Sited Memory/Underground Shadows

56 Folded Time by Eve Ingalls

Bernstein Gallery, Princeton University

Exhibition Dates: August 29, 2011 - October 21, 2011

Contact: Kate Somers
P 609.497.2441

The Bernstein Gallery at the Woodrow Wilson School is pleased to present “Sited Memory/Underground Shadows,” large scale drawings by Eve Ingalls. The exhibition runs from August 29 through October 21, 2011. A panel discussion, “Architecture as Memorial” will be held in conjunction with the exhibition on October 18 at 4:30 p.m. in Bowl 016, Robertson Hall, adjacent to the Gallery. An artist reception will immediately follow the talk at 6 p.m. in the Bernstein Gallery. Panelists include: Lucia Allais, assistant professor of architecture, Princeton University; Joel Smith, curator of photography, Princeton University Art Museum; and Stanley Katz, moderator, professor of public and international affairs and director of the Center for Arts and Cultural Policy Studies, Woodrow Wilson School, Princeton University. Both events are free and open to the public.

Ingalls uses the surface of the raw canvas as if it is the surface of the earth. Through her markings, layers of the imprint of humans and nature over time are revealed as traces or shadows. The edges of the drawings serve as the boundaries of an archaeological dig. Alongside the shards of pots and evocations of ancient burial grounds and shifting landscape through the ages, the modern world is presented too by scientific charts, graphs and maps. Thus, the edges of the canvas locate the viewer simultaneously in the past and in the present, and visually express, in the artist’s own words, “a persistent palimpsest.”

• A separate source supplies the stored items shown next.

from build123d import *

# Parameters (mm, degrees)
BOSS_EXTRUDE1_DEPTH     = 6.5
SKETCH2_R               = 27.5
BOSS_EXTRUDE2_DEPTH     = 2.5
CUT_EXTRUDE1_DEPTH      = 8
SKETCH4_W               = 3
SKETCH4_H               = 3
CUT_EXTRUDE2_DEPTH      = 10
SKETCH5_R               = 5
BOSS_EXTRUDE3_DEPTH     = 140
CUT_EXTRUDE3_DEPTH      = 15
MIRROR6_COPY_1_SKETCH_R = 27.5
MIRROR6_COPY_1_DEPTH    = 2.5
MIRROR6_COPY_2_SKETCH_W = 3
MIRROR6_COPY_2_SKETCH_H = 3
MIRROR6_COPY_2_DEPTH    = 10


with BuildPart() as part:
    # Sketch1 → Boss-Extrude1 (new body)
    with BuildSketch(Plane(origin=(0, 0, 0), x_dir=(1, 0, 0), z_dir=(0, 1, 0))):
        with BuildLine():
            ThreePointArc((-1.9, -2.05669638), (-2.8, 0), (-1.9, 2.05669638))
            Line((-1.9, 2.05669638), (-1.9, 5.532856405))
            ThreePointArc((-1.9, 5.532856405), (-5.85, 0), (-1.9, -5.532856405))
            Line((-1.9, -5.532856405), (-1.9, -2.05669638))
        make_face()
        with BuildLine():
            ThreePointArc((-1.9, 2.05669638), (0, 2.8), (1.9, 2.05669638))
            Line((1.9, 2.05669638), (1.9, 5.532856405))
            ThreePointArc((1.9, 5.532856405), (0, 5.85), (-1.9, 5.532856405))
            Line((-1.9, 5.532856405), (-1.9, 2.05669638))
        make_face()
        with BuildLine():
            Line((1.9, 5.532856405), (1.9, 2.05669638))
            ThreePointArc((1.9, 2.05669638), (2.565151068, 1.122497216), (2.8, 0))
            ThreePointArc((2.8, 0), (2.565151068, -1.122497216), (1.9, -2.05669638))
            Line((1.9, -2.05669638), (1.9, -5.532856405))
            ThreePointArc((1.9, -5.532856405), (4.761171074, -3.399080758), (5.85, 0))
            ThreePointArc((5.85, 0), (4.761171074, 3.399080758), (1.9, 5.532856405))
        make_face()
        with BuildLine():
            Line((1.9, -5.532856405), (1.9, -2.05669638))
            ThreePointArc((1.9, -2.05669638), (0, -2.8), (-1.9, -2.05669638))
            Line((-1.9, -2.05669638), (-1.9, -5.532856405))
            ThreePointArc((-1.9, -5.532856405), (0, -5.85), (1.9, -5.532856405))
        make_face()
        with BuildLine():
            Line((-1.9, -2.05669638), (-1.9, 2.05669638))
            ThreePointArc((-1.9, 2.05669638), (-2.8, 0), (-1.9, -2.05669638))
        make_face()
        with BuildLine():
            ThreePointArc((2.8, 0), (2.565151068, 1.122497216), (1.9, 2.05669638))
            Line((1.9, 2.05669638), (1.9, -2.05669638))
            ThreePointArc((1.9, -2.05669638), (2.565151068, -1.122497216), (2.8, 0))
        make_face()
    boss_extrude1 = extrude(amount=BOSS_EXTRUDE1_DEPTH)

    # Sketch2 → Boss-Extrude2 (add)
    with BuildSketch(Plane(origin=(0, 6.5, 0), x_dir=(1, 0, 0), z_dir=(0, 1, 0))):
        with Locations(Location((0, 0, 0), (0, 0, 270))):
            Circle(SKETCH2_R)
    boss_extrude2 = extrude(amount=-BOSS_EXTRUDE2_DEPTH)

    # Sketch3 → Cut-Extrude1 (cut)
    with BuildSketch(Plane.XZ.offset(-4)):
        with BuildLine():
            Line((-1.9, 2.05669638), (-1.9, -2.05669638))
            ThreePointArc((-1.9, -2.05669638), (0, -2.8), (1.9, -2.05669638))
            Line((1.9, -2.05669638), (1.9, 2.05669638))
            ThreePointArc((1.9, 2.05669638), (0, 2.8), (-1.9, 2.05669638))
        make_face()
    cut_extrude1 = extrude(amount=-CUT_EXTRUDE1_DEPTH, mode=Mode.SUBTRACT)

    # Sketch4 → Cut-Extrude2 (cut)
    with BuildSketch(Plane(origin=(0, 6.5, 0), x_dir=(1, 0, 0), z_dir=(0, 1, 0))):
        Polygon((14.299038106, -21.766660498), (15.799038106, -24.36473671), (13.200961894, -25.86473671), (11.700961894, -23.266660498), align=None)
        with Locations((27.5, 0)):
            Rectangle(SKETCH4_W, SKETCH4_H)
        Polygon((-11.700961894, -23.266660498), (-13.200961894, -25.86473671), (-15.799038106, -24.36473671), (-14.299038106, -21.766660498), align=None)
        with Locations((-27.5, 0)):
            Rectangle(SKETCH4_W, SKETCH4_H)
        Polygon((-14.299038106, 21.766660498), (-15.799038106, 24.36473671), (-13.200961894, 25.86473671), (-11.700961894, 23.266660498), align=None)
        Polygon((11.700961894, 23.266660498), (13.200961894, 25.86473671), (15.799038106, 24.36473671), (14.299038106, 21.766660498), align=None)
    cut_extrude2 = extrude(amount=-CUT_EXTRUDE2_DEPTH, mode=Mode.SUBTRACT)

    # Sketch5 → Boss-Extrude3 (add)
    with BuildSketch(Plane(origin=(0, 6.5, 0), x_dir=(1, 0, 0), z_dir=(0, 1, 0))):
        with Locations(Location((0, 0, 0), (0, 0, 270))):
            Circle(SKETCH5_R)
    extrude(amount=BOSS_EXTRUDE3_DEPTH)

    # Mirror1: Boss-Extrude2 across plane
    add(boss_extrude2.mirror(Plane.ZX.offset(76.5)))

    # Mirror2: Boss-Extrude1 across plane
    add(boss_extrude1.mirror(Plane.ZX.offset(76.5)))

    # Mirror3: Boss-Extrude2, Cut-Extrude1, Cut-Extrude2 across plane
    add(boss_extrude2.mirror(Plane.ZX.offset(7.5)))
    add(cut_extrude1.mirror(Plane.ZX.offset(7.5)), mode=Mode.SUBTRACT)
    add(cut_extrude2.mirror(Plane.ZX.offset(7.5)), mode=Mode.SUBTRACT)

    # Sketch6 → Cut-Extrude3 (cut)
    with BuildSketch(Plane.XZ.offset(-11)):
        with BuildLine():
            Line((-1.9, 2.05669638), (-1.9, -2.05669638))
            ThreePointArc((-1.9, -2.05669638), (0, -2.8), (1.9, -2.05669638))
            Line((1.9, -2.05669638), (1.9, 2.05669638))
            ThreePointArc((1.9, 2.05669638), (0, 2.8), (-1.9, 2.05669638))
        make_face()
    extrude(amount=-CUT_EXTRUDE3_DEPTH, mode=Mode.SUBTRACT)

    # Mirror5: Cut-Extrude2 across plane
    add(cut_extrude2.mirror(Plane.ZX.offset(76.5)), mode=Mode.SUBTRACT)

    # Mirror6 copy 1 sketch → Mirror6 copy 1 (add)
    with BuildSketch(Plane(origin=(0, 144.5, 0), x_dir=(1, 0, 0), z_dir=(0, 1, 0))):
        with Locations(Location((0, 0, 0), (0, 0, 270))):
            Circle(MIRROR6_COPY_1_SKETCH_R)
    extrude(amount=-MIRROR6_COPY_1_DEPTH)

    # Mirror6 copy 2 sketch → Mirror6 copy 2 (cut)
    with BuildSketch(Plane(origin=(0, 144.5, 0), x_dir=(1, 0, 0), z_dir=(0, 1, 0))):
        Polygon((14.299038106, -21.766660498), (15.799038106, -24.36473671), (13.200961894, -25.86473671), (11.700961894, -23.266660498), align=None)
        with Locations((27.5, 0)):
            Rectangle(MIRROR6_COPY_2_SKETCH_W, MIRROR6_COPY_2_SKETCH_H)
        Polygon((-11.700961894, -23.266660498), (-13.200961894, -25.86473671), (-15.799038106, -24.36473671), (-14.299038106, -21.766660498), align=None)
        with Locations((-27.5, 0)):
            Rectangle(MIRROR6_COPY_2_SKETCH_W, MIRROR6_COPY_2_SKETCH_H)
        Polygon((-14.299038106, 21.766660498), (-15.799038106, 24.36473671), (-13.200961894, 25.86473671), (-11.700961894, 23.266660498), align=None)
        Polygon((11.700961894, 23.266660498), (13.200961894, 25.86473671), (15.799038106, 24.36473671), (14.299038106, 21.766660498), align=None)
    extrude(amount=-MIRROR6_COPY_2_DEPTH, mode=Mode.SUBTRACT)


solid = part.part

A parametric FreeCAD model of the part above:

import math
import FreeCAD as App
import Part
import Sketcher
from FreeCAD import Vector
Q = App.Units.Quantity

doc = App.newDocument("Part")
params = doc.addObject("Spreadsheet::Sheet", "Params")
for row, (alias, value) in enumerate([
    ("sketch1_radius", "2.8 mm"),
    ("sketch1_radius2", "5.85 mm"),
    ("pad1_length", "6.5 mm"),
    ("sketch2_diameter", "55 mm"),
    ("pad2_length", "2.5 mm"),
    ("sketch3_radius", "2.8 mm"),
    ("pocket1_length", "8 mm"),
    ("sketch4_width", "3 mm"),
    ("sketch4_length", "3 mm"),
    ("pocket2_length", "10 mm"),
    ("sketch5_diameter", "10 mm"),
    ("pad3_length", "140 mm"),
    ("sketch6_radius", "2.8 mm"),
    ("pocket3_length", "15 mm"),
    ("sketch7_diameter", "55 mm"),
    ("pad4_length", "2.5 mm"),
    ("sketch8_width", "3 mm"),
    ("sketch8_length", "3 mm"),
    ("pocket4_length", "10 mm"),
], start=1):
    params.set(f"A{row}", alias)
    params.set(f"B{row}", "=" + value)
    params.setAlias(f"B{row}", alias)

body = doc.addObject("PartDesign::Body", "Body")

# Sketch on XZ plane
sketch1 = doc.addObject("Sketcher::SketchObject", "Sketch")
body.addObject(sketch1)
sketch1.AttachmentSupport = (doc.XZ_Plane, [""])
sketch1.MapMode = "FlatFace"
sketch1.addGeometry(Part.ArcOfCircle(Part.Circle(Vector(0, 0, 0), Vector(0, 0, 1), 5.9), math.radians(0), math.radians(71)), False)
sketch1.addGeometry(Part.ArcOfCircle(Part.Circle(Vector(0, 0, 0), Vector(0, 0, 1), 5.9), math.radians(-71), math.radians(0)), False)
sketch1.addGeometry(Part.ArcOfCircle(Part.Circle(Vector(0, 0, 0), Vector(0, 0, 1), 5.8), math.radians(-109), math.radians(-71)), False)
sketch1.addGeometry(Part.ArcOfCircle(Part.Circle(Vector(0, 0, 0), Vector(0, 0, 1), 5.8), math.radians(109), math.radians(251)), False)
sketch1.addGeometry(Part.ArcOfCircle(Part.Circle(Vector(0, 0, 0), Vector(0, 0, 1), 5.8), math.radians(71), math.radians(109)), False)
sketch1.addGeometry(Part.ArcOfCircle(Part.Circle(Vector(0, 0, 0), Vector(0, 0, 1), 2.8), math.radians(-133), math.radians(-47)), False)
sketch1.addGeometry(Part.LineSegment(Vector(1.9, -2.1, 0), Vector(1.9, 2.1, 0)), False)
sketch1.addGeometry(Part.ArcOfCircle(Part.Circle(Vector(0, 0, 0), Vector(0, 0, 1), 2.8), math.radians(47), math.radians(133)), False)
sketch1.addGeometry(Part.LineSegment(Vector(-1.9, 2.1, 0), Vector(-1.9, -2.1, 0)), False)
sketch1.addConstraint(Sketcher.Constraint("Tangent", 0, 1, 1, 2))
sketch1.addConstraint(Sketcher.Constraint("Tangent", 1, 1, 2, 2))
sketch1.addConstraint(Sketcher.Constraint("Tangent", 2, 1, 3, 2))
sketch1.addConstraint(Sketcher.Constraint("Tangent", 3, 1, 4, 2))
sketch1.addConstraint(Sketcher.Constraint("Tangent", 4, 1, 0, 2))
sketch1.addConstraint(Sketcher.Constraint("Coincident", 5, 2, 6, 1))
sketch1.addConstraint(Sketcher.Constraint("Coincident", 6, 2, 7, 1))
sketch1.addConstraint(Sketcher.Constraint("Coincident", 7, 2, 8, 1))
sketch1.addConstraint(Sketcher.Constraint("Coincident", 8, 2, 5, 1))
sketch1.addConstraint(Sketcher.Constraint("Vertical", 6))
sketch1.addConstraint(Sketcher.Constraint("Vertical", 8))
sketch1.addConstraint(Sketcher.Constraint("Coincident", 0, 3, -1, 1))
sketch1.addConstraint(Sketcher.Constraint("Coincident", 2, 3, -1, 1))
sketch1.addConstraint(Sketcher.Constraint("Coincident", 5, 3, -1, 1))
sketch1.addConstraint(Sketcher.Constraint("Coincident", 7, 3, -1, 1))
sketch1.addConstraint(Sketcher.Constraint("Equal", 5, 7))
sketch1.addConstraint(Sketcher.Constraint("PointOnObject", 0, 1, -1))
sketch1.addConstraint(Sketcher.Constraint("Horizontal", 1, 1, 2, 1))
sketch1.addConstraint(Sketcher.Constraint("Horizontal", 3, 1, 4, 1))
sketch1.addConstraint(Sketcher.Constraint("Horizontal", 6, 2, 7, 2))
sketch1.addConstraint(Sketcher.Constraint("Vertical", 2, 1, 3, 1))
sketch1.addConstraint(Sketcher.Constraint("Vertical", 4, 1, 5, 2))
sketch1.addConstraint(Sketcher.Constraint("Radius", 5, Q("2.8 mm")))
sketch1.addConstraint(Sketcher.Constraint("Radius", 0, Q("5.85 mm")))
sketch1.addConstraint(Sketcher.Constraint("DistanceX", -1, 1, 1, 1, Q("1.9 mm")))
sketch1.setExpression("Constraints[22]", "Params.sketch1_radius")
sketch1.setExpression("Constraints[23]", "Params.sketch1_radius2")
pad1 = doc.addObject("PartDesign::Pad", "Pad")
body.addObject(pad1)
pad1.Profile = sketch1
pad1.setExpression("Length", "Params.pad1_length")
pad1.Reversed = True

# Sketch on XZ plane
sketch2 = doc.addObject("Sketcher::SketchObject", "Sketch001")
body.addObject(sketch2)
sketch2.AttachmentSupport = (doc.XZ_Plane, [""])
sketch2.MapMode = "FlatFace"
sketch2.AttachmentOffset = App.Placement(Vector(0, 0, -6.5), App.Rotation())
sketch2.addGeometry(Part.Circle(Vector(0, 0, 0), Vector(0, 0, 1), 28), False)
sketch2.addConstraint(Sketcher.Constraint("Coincident", 0, 3, -1, 1))
sketch2.addConstraint(Sketcher.Constraint("Diameter", 0, Q("55 mm")))
sketch2.setExpression("Constraints[1]", "Params.sketch2_diameter")
pad2 = doc.addObject("PartDesign::Pad", "Pad001")
body.addObject(pad2)
pad2.Profile = sketch2
pad2.setExpression("Length", "Params.pad2_length")

# Sketch on XZ plane
sketch3 = doc.addObject("Sketcher::SketchObject", "Sketch002")
body.addObject(sketch3)
sketch3.AttachmentSupport = (doc.XZ_Plane, [""])
sketch3.MapMode = "FlatFace"
sketch3.AttachmentOffset = App.Placement(Vector(0, 0, -4), App.Rotation())
sketch3.addGeometry(Part.LineSegment(Vector(-1.9, 2.1, 0), Vector(-1.9, -2.1, 0)), False)
sketch3.addGeometry(Part.ArcOfCircle(Part.Circle(Vector(0, 0, 0), Vector(0, 0, 1), 2.8), math.radians(-133), math.radians(-47)), False)
sketch3.addGeometry(Part.LineSegment(Vector(1.9, -2.1, 0), Vector(1.9, 2.1, 0)), False)
sketch3.addGeometry(Part.ArcOfCircle(Part.Circle(Vector(0, 0, 0), Vector(0, 0, 1), 2.8), math.radians(47), math.radians(133)), False)
sketch3.addConstraint(Sketcher.Constraint("Coincident", 0, 2, 1, 1))
sketch3.addConstraint(Sketcher.Constraint("Coincident", 1, 2, 2, 1))
sketch3.addConstraint(Sketcher.Constraint("Coincident", 2, 2, 3, 1))
sketch3.addConstraint(Sketcher.Constraint("Coincident", 3, 2, 0, 1))
sketch3.addConstraint(Sketcher.Constraint("Vertical", 0))
sketch3.addConstraint(Sketcher.Constraint("Vertical", 2))
sketch3.addConstraint(Sketcher.Constraint("Coincident", 1, 3, -1, 1))
sketch3.addConstraint(Sketcher.Constraint("Coincident", 3, 3, -1, 1))
sketch3.addConstraint(Sketcher.Constraint("Equal", 1, 3))
sketch3.addConstraint(Sketcher.Constraint("Horizontal", 0, 2, 1, 2))
sketch3.addConstraint(Sketcher.Constraint("Radius", 1, Q("2.8 mm")))
sketch3.addConstraint(Sketcher.Constraint("DistanceX", 0, 2, -1, 1, Q("1.9 mm")))
sketch3.setExpression("Constraints[10]", "Params.sketch3_radius")
pocket1 = doc.addObject("PartDesign::Pocket", "Pocket")
body.addObject(pocket1)
pocket1.Profile = sketch3
pocket1.setExpression("Length", "Params.pocket1_length")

Eve Ingalls attended the Skowhegan School of Art and received her BFA and MFA from the Yale University School of Art. She was one of two artists representing the United States at the Holland Paper Biennial 2006, held at the Coda Museum and the Museum Rijswijk in the Netherlands. Her sculpture was exhibited at the Art Forum in Kyoto, Japan in 2007, and at the Schokland Museum, a UNESCO World Heritage Site in the Netherlands, in 2003. Her work has also been exhibited throughout the United States, including in exhibitions at The Aldrich Museum, Ridgefield, Connecticut; The Cleveland Museum of Art; the Bruce Museum, Greenwich, Connecticut; the New Britain Museum of Art, New Britain, Connecticut; the New Jersey State Museum; The Hunterdon Museum, Clinton, New Jersey; and the Kalamazoo Institute of Arts. Her work has been reviewed in The New York Times, Sculpture Magazine, Arts Magazine, Art and Antiques, Art New England, De Volkskrant, Beeldende Kunst, De Courant Amsterdam, and La Nacion (San Jose, Costa Rica). She is in the collection of the Schokland Museum, the Netherlands, the Noyes Museum, the Jane Voorhees Zimmerli Museum, The Hunterdon Museum, the New Jersey State Museum, and the G.D. Searle Collection. She was also a New Jersey Printmaking Fellow at the Brodsky Center, Mason Gross School of the Arts, and a recipient of a Cultural Grant from the Netherland-America Foundation.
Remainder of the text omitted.